Before bleeding, pedal was soft and wouldn't get hard with pumping, and there was a fairly quiet wheezing sound coming from (I think) the master cylinder. Could only be heard with hood open and window rolled down. Blamed it all on the massive amount of air in the lines. So, I bled the rear brakes. The pedal was slightly firmer and would build up some firmness, but it slowly depressed under pressure if I didn't keep pumping it. 

So I bled all four brakes, and the pedal was slightly firmer after pumping, but still falls under pressure. Went around and bleed all four three more times- no change. Now, it could be that there is still a lot of air in the rear lines, but the bubbles coming out of the bleeder valves are the small, uniform type that I'd expect to see leaking in from the open valve itself, not from the system. Maybe there is sill air in it, but I have gone through about 70 oz of brake fluid. The front brakes have no bubbles at all, but the valves are larger and provide a better seal on my tubing. There are no fluid leaks that I can find anywhere. I initially had my brother pump the brakes while I opened and closed the valves, but I am now using a hand vacuum system. 

I tried turning the car on, and the pedal has almost no pressure at all, goes all the way to the floor.

I also still have the wheezing sound coming from the master cylinder. Starting to think it just might be bad. Also, not sure if this might have causes any issues, but while the rear brake lines were off I turned on the car to test something. Could turning on the car with the brake lines open damage anything?

I also still have the wheezing sound coming from the master cylinder. Starting to think it just might be bad. Also, not sure if this might have causes any issues, but while the rear brake lines were off I turned on the car to test something. Could turning on the car with the brake lines open damage anything?

Anybody got any ideas? Do I just need to keep bleeding it? Should I try bleeding the master cylinder? I'm a noob- so I have no idea how to do that! ;-)

I'm pretty much at my wits end with this!!! Thanks for any advice you can give.


----------



## lilsind (Feb 23, 2015)

replace master cylinder bleed brakes rear passenger side, then rear driver side, passenger front, driver front. Bleed each one 2 or 3 times are done. Fill fluid every time you bleed each one. Go to XenonZcar.com Z31 Factory Service Manuals an download free, it tells you just about everything about Z.


----------



## smj999smj (Jan 1, 2006)

Actually, for 84-88 300ZX, the bleeding procedure is: left rear, right rear, right front, left front. (left=driver's side; right=passenger side)

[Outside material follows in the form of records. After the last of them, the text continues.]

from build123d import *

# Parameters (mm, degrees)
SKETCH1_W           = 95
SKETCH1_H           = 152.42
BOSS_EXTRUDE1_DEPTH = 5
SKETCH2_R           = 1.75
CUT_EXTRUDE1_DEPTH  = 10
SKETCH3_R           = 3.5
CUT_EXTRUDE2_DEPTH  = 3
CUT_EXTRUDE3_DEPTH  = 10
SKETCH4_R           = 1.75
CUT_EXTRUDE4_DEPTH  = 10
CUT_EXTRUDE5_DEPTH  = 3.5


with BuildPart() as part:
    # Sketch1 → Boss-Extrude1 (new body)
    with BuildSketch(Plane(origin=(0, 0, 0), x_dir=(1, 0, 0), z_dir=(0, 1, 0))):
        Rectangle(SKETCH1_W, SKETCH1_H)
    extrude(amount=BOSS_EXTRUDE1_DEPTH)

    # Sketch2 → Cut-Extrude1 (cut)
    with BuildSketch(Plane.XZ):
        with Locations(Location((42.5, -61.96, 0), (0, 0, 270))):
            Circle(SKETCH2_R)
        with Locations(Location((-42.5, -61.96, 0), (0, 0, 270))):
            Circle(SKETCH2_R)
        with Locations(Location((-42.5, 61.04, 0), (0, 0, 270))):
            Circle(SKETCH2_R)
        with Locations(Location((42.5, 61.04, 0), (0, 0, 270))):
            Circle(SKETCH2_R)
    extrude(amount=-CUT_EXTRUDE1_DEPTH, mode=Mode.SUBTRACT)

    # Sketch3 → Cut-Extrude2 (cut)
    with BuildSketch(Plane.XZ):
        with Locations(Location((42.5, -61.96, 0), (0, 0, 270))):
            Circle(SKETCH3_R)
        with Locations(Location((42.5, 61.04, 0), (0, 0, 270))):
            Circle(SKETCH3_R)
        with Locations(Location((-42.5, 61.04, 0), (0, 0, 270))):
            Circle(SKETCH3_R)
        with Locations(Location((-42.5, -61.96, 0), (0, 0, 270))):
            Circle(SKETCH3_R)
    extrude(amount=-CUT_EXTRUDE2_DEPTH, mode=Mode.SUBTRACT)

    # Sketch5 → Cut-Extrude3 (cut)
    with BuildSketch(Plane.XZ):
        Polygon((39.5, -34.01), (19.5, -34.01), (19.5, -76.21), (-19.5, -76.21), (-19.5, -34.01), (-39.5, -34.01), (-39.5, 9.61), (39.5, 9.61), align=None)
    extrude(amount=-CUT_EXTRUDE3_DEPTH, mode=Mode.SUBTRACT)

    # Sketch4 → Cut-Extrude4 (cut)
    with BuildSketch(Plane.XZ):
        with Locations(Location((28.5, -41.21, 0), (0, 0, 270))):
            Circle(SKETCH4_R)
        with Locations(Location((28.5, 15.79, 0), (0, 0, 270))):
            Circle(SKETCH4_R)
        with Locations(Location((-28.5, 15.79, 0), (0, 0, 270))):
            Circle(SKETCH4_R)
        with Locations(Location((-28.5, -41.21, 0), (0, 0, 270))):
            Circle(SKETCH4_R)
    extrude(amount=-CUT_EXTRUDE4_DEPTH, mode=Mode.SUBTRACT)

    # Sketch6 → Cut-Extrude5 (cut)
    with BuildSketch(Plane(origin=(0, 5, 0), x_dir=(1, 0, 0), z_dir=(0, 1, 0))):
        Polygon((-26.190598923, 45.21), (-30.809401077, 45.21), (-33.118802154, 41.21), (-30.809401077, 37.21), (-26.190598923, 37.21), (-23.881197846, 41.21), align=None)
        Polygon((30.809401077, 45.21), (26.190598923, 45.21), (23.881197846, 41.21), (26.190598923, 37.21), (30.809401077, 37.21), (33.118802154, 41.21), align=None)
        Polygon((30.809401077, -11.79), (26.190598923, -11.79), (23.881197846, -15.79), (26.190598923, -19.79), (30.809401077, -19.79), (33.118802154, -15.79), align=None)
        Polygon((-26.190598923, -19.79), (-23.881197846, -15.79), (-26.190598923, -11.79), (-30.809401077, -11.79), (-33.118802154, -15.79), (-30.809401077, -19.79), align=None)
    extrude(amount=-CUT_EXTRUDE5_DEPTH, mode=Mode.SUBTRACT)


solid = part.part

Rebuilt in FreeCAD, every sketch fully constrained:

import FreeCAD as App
import Part
import Sketcher
Q = App.Units.Quantity

doc = App.newDocument("Part")
body = doc.addObject("PartDesign::Body", "Body")

# Sketch on XZ plane
sketch1 = body.newObject("Sketcher::SketchObject", "Sketch")
sketch1.AttachmentSupport = (doc.getObject("XZ_Plane"), [""])
sketch1.MapMode = "FlatFace"
sketch1.addGeometry([
    Part.LineSegment(App.Vector(-48, -76, 0), App.Vector(-48, 76, 0)),
    Part.LineSegment(App.Vector(-48, 76, 0), App.Vector(48, 76, 0)),
    Part.LineSegment(App.Vector(48, 76, 0), App.Vector(48, -76, 0)),
    Part.LineSegment(App.Vector(48, -76, 0), App.Vector(-48, -76, 0)),
], False)
sketch1.addConstraint([
    Sketcher.Constraint("Coincident", 0, 2, 1, 1),
    Sketcher.Constraint("Coincident", 1, 2, 2, 1),
    Sketcher.Constraint("Coincident", 2, 2, 3, 1),
    Sketcher.Constraint("Coincident", 3, 2, 0, 1),
    Sketcher.Constraint("Vertical", 0),
    Sketcher.Constraint("Horizontal", 1),
    Sketcher.Constraint("Vertical", 2),
    Sketcher.Constraint("Horizontal", 3),
    Sketcher.Constraint("Symmetric", 0, 2, 2, 2, -1, 1),
    Sketcher.Constraint("DistanceX", 1, 1, 1, 2, 95.0),
    Sketcher.Constraint("DistanceY", 0, 1, 0, 2, 152.42),
])
pad1 = body.newObject("PartDesign::Pad", "Pad")
pad1.Profile = sketch1
pad1.Length = 5
pad1.Reversed = True

# Sketch on XZ plane
sketch2 = body.newObject("Sketcher::SketchObject", "Sketch001")
sketch2.AttachmentSupport = (doc.getObject("XZ_Plane"), [""])
sketch2.MapMode = "FlatFace"
sketch2.addGeometry([
    Part.Circle(App.Vector(42.5, -62, 0), App.Vector(0, 0, 1), 1.8),
    Part.Circle(App.Vector(-42.5, -62, 0), App.Vector(0, 0, 1), 1.8),
    Part.Circle(App.Vector(-42.5, 61, 0), App.Vector(0, 0, 1), 1.8),
    Part.Circle(App.Vector(42.5, 61, 0), App.Vector(0, 0, 1), 1.8),
], False)
sketch2.addConstraint([
    Sketcher.Constraint("Equal", 0, 1),
    Sketcher.Constraint("Equal", 1, 2),
    Sketcher.Constraint("Equal", 2, 3),
    Sketcher.Constraint("Symmetric", 0, 3, 1, 3, -2),
    Sketcher.Constraint("Symmetric", 2, 3, 3, 3, -2),
    Sketcher.Constraint("Vertical", 1, 3, 2, 3),
    Sketcher.Constraint("Diameter", 0, 3.5),
    Sketcher.Constraint("DistanceX", 1, 3, 0, 3, 85.0),
    Sketcher.Constraint("DistanceY", 1, 3, 2, 3, 123.0),
    Sketcher.Constraint("DistanceY", 0, 3, -1, 1, 61.96),
])
pocket1 = body.newObject("PartDesign::Pocket", "Pocket")
pocket1.Profile = sketch2
pocket1.Length = 10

http://www.autozone.com/repairinfo/repairguide/repairGuideContent.jsp?pageId=0900c1528007202c


----------



## ralph50 (Feb 24, 2015)

If the brake fluid runs low while bleeding air could get in the MC. I would bleed the MC. Bench bleeding is best and take it from there.

Always start bleeding from the furthest tire and work your way to the closest.

Use a clear vinyl hose to bleed so you can see the air bubbles.

Bleed till you no longer see any air bubbles making sure the fluid does not get low in the MC reservoir.

I have used the one man bleeding kit. Like $7 and it works well.


----------